Coon Rapids teacher honored

As Blake Bodenburg sat at the State DECA Career Development Conference listening to a presenter describe Minnesota’s Marketing Teacher of the Year, he started to think “I do that,” and “that sounds familiar.”

Blake Bodenburg, Coon Rapids High School DECA adviser, and his Minnesota Marketing Teacher of the Year award.

Blake Bodenburg, Coon Rapids High School DECA adviser, and his Minnesota Marketing Teacher of the Year award.

“And then they said my name,” Bodenburg said. “I didn’t know how to react at first, but I had 28 students at the conference who were super pumped.

“I really appreciate receiving the award; it’s very humbling.”

The Coon Rapids High School (CRHS) teacher was honored March 4 at the state conference in Minneapolis.

The CRHS DECA adviser, Bodenburg was nominated for the award by CRHS DECA president Julia Wittrock.

DECA is a student organization that prepares emerging leaders and entrepreneurs in marketing, finance, hospitality and management.

A senior, Wittrock said she is thankful for Bodenburg’s leadership during her four years as a DECA member.

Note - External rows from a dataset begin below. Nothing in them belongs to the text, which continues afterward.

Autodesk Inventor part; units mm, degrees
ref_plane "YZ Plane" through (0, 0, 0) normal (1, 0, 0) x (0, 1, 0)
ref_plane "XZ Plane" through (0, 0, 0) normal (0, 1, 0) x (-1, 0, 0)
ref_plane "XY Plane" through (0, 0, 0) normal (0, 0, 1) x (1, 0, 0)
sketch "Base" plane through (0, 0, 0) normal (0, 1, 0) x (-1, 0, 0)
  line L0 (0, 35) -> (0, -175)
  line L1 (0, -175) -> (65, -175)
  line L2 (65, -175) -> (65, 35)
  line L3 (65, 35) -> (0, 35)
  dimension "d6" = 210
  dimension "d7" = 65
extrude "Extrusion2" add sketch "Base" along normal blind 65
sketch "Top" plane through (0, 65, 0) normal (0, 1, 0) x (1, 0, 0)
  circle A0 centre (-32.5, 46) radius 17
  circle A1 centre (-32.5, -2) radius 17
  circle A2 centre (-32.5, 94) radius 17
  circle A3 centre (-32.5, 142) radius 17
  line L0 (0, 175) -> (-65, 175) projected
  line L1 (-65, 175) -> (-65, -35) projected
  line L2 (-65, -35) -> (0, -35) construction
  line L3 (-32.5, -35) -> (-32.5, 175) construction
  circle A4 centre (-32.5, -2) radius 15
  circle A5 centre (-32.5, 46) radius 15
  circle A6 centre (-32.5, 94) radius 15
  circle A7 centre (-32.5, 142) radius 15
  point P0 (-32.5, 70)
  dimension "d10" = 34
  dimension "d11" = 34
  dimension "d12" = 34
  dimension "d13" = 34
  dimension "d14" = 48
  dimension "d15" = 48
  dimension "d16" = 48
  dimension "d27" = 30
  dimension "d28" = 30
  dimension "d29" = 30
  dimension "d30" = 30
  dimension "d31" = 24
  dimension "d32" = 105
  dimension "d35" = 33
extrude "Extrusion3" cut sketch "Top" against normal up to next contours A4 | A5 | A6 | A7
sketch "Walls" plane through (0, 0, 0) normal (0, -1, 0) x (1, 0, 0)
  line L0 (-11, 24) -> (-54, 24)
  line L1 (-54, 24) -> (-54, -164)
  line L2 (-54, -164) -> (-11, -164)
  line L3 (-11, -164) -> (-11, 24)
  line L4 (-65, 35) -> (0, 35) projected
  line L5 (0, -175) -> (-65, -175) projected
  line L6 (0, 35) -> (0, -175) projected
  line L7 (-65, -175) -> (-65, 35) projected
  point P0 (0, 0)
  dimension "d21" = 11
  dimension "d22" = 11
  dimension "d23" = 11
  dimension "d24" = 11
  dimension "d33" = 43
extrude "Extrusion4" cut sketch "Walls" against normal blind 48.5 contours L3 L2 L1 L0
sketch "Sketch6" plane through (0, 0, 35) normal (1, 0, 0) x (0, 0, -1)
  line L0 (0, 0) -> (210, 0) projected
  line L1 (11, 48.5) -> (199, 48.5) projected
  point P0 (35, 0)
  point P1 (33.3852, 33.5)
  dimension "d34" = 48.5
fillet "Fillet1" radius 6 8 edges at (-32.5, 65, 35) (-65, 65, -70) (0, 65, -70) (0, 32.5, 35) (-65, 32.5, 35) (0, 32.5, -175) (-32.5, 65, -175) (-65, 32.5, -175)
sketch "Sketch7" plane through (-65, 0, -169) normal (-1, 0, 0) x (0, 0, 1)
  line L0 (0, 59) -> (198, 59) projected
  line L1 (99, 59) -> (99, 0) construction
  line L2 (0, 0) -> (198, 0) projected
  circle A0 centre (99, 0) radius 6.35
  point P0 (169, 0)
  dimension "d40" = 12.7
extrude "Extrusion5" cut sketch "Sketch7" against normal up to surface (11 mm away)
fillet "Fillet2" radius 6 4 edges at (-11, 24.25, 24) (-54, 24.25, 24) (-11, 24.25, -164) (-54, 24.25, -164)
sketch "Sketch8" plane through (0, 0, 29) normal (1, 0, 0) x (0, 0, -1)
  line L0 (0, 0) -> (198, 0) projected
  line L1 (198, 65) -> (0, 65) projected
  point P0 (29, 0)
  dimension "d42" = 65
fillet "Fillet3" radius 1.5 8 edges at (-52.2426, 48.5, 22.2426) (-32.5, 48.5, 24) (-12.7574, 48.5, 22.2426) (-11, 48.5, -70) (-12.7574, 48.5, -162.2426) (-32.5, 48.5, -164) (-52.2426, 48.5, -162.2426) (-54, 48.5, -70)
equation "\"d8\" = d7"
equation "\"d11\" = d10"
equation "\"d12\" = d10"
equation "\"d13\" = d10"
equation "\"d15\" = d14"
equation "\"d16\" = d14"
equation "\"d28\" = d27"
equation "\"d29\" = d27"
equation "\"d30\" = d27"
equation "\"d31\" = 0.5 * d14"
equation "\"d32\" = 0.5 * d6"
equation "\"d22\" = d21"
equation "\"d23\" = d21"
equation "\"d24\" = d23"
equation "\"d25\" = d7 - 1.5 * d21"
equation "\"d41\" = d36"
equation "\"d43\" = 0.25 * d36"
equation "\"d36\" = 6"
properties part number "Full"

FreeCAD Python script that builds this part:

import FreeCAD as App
import Part
import Sketcher
from FreeCAD import Vector


def edges_at(feature, points):
    """Names of the edges that pass closest to the given points."""
    edges = feature.Shape.Edges
    near = lambda p: min(range(len(edges)), key=lambda i: edges[i].distToShape(Part.Vertex(*p))[0])
    return sorted({f"Edge{near(p) + 1}" for p in points})


def add_polygon(sketch, points):
    """Adds a closed chain of lines whose ends are joined by coincident constraints."""
    first, n = sketch.GeometryCount, len(points)
    for a, b in zip(points, points[1:] + points[:1]):
        sketch.addGeometry(Part.LineSegment(App.Vector(*a, 0), App.Vector(*b, 0)), False)
    for i in range(n):
        sketch.addConstraint(Sketcher.Constraint("Coincident", first + i, 2, first + (i + 1) % n, 1))

doc = App.newDocument("Part")
body = doc.addObject("PartDesign::Body", "Body")

# Sketch on XZ plane
sketch1 = doc.addObject("Sketcher::SketchObject", "Sketch")
body.addObject(sketch1)
sketch1.AttachmentSupport = (doc.XZ_Plane, [""])
sketch1.MapMode = "FlatFace"
add_polygon(sketch1, [(-65, 35), (0, 35), (0, -175), (-65, -175)])  # lines 0-3
sketch1.addConstraint([
    Sketcher.Constraint("Horizontal", 0),
    Sketcher.Constraint("Vertical", 1),
    Sketcher.Constraint("Horizontal", 2),
    Sketcher.Constraint("Vertical", 3),
    Sketcher.Constraint("PointOnObject", 0, 2, -2),
    Sketcher.Constraint("DistanceX", 0, 1, 0, 2, 65.0),
    Sketcher.Constraint("DistanceY", 1, 2, 1, 1, 210.0),
    Sketcher.Constraint("DistanceY", -1, 1, 0, 2, 35.0),
])
pad1 = doc.addObject("PartDesign::Pad", "Pad")
body.addObject(pad1)
pad1.Profile = sketch1
pad1.Length = 65
pad1.Reversed = True

# Sketch on XZ plane
sketch2 = doc.addObject("Sketcher::SketchObject", "Sketch001")
body.addObject(sketch2)
sketch2.AttachmentSupport = (doc.XZ_Plane, [""])
sketch2.MapMode = "FlatFace"
sketch2.AttachmentOffset = App.Placement(Vector(0, 0, -65), App.Rotation())
sketch2.addGeometry([
    Part.Circle(Vector(-32, 2, 0), Vector(0, 0, 1), 15),
    Part.Circle(Vector(-32, -46, 0), Vector(0, 0, 1), 15),
    Part.Circle(Vector(-32, -94, 0), Vector(0, 0, 1), 15),
    Part.Circle(Vector(-32, -142, 0), Vector(0, 0, 1), 15),
], False)
sketch2.addConstraint([
    Sketcher.Constraint("Equal", 0, 1),
    Sketcher.Constraint("Equal", 1, 2),
    Sketcher.Constraint("Equal", 2, 3),
    Sketcher.Constraint("Vertical", 0, 3, 1, 3),
    Sketcher.Constraint("Vertical", 1, 3, 2, 3),
    Sketcher.Constraint("Vertical", 2, 3, 3, 3),
    Sketcher.Constraint("Diameter", 0, 30.0),
    Sketcher.Constraint("DistanceY", 1, 3, 0, 3, 48.0),
    Sketcher.Constraint("DistanceY", 2, 3, 1, 3, 48.0),
    Sketcher.Constraint("DistanceY", 3, 3, 2, 3, 48.0),
    Sketcher.Constraint("DistanceY", -1, 1, 0, 3, 2.0),
    Sketcher.Constraint("DistanceX", 0, 3, -1, 1, 32.5),
])
pocket1 = doc.addObject("PartDesign::Pocket", "Pocket")
body.addObject(pocket1)
pocket1.Profile = sketch2
pocket1.Type = "UpToFirst"
pocket1.Reversed = True

# Sketch on XZ plane
sketch3 = doc.addObject("Sketcher::SketchObject", "Sketch002")
body.addObject(sketch3)
sketch3.AttachmentSupport = (doc.XZ_Plane, [""])
sketch3.MapMode = "FlatFace"
add_polygon(sketch3, [(-11, -164), (-11, 24), (-54, 24), (-54, -164)])  # lines 0-3
sketch3.addConstraint([
    Sketcher.Constraint("Vertical", 0),
    Sketcher.Constraint("Horizontal", 1),
    Sketcher.Constraint("Vertical", 2),
    Sketcher.Constraint("Horizontal", 3),
    Sketcher.Constraint("DistanceX", 1, 2, 1, 1, 43.0),
    Sketcher.Constraint("DistanceX", 0, 2, -1, 1, 11.0),
    Sketcher.Constraint("DistanceY", 0, 1, 0, 2, 188.0),
    Sketcher.Constraint("DistanceY", -1, 1, 0, 2, 24.0),
])
pocket2 = doc.addObject("PartDesign::Pocket", "Pocket001")
body.addObject(pocket2)
pocket2.Profile = sketch3
pocket2.Length = 48.5
doc.recompute()

fillet = doc.addObject("PartDesign::Fillet", "Fillet")
body.addObject(fillet)
fillet.Base = (pocket2, edges_at(pocket2, [
    (-32.5, 65, 35),
    (-65, 65, -70),
    (0, 65, -70),
    (0, 32.5, 35),
    (-65, 32.5, 35),
    (0, 32.5, -175),
    (-32.5, 65, -175),
    (-65, 32.5, -175),
]))
fillet.Radius = 6

# Sketch on YZ plane
sketch4 = doc.addObject("Sketcher::SketchObject", "Sketch003")
body.addObject(sketch4)
sketch4.AttachmentSupport = (doc.YZ_Plane, [""])
sketch4.MapMode = "FlatFace"
sketch4.AttachmentOffset = App.Placement(Vector(0, 0, -65), App.Rotation())
sketch4.addGeometry(Part.Circle(Vector(0, -70, 0), Vector(0, 0, 1), 6), False)
sketch4.addConstraint([
    Sketcher.Constraint("PointOnObject", 0, 3, -2),
    Sketcher.Constraint("Diameter", 0, 12.7),
    Sketcher.Constraint("DistanceY", 0, 3, -1, 1, 70.0),
])
pocket3 = doc.addObject("PartDesign::Pocket", "Pocket002")
body.addObject(pocket3)
pocket3.Profile = sketch4
pocket3.Length = 11
pocket3.Reversed = True
doc.recompute()

fillet2 = doc.addObject("PartDesign::Fillet", "Fillet001")
body.addObject(fillet2)
fillet2.Base = (pocket3, edges_at(pocket3, [
    (-11, 24.25, 24),
    (-54, 24.25, 24),
    (-11, 24.25, -164),
    (-54, 24.25, -164),
]))
fillet2.Radius = 6
doc.recompute()

fillet3 = doc.addObject("PartDesign::Fillet", "Fillet002")
body.addObject(fillet3)
fillet3.Base = (fillet2, edges_at(fillet2, [
    (-52.243, 48.5, 22.243),
    (-32.5, 48.5, 24),
    (-12.757, 48.5, 22.243),
    (-11, 48.5, -70),
    (-12.757, 48.5, -162.243),
    (-32.5, 48.5, -164),
    (-52.243, 48.5, -162.243),
    (-54, 48.5, -70),
]))
fillet3.Radius = 1.5

doc.recompute()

“He is deserving of this award because of his marketing skills, genuine interest in students and dedication to our chapter,” Wittrock wrote.

“I know that I, as well as our chapter as a whole, could not be successful without Mr. Bodenburg’s guidance and dedication.”

In his 13th year in the Anoka-Hennepin School District, Bodenburg teaches classes ranging from business management to advertising and coordinates senior internships.

Bodenburg also oversees The Cardinal Image, the school’s store.

In her nomination, Wittrock wrote that Bodenburg excels at teaching, whether the students are learning in a classroom or through a DECA project or school store.

“I can count on him to have creative ideas that will successfully generate a profit,” Wittrock said.

“I know that I, as well as many other lucky students at Coon Rapids High School, have learned a lot about marketing from Mr. Bodenburg.”

A native of Elk Mound, Wis., and graduate of the University of Wisconsin – Stout with a degree in marketing education, Bodenburg said he loves everything about teaching.

“I wake up every morning thinking about what is going to happen that day,” Bodenburg said.

“I love to see students set goals and achieve more than they think they can. I love to see students gain confidence that they’ll have the rest of their lives.”

Bodenburg also enjoys being the DECA adviser. Through DECA students can compete in 51 different events.

The most popular with CRHS students are professional selling, advertising campaigns and sports marketing promotion plans.

A group of DECA students also manage The Cardinal Image.

Through DECA and the school store, Bodenburg said he sees students take leadership roles.

“I have a student who is a manager for me in the school store,” Bodenburg said.

“She told me that she wasn’t a ‘club’ or ‘school’ kind of person, but being a manager in the school store was the best thing she’s done in high school and is one of the reasons she gets up every day and comes to school.

“To me that means that our organization has reached out to someone and maybe helped her to understand what she wants to do in the future.”

With the DECA competition season coming to an end, it runs from November to March, Bodenburg is working to help five CRHS students prepare for national competition in Salt Lake City, Utah.

Pictures of past national competitors hang behind Bodenburg’s desk.

The father of two young children, Bodenburg is very thankful to the support he receives from his wife for the time he puts into teaching and advising the DECA students.

He also thanks his colleagues, Doug Orr from Anoka High School, Eric Feigum from Andover High School and Curt Wallrath from Champlin Park High School for being a “wonderful support system.”

For those thinking about going into teaching, Bodenburg’s advice is to do things because they want to see students achieve great things.

“Do things because you want to be a good teacher,” he said. “You’ll have a lot of pride when you see students get an idea or understand a topic.

“It might be more work, but at the end of the day it’s really rewarding.”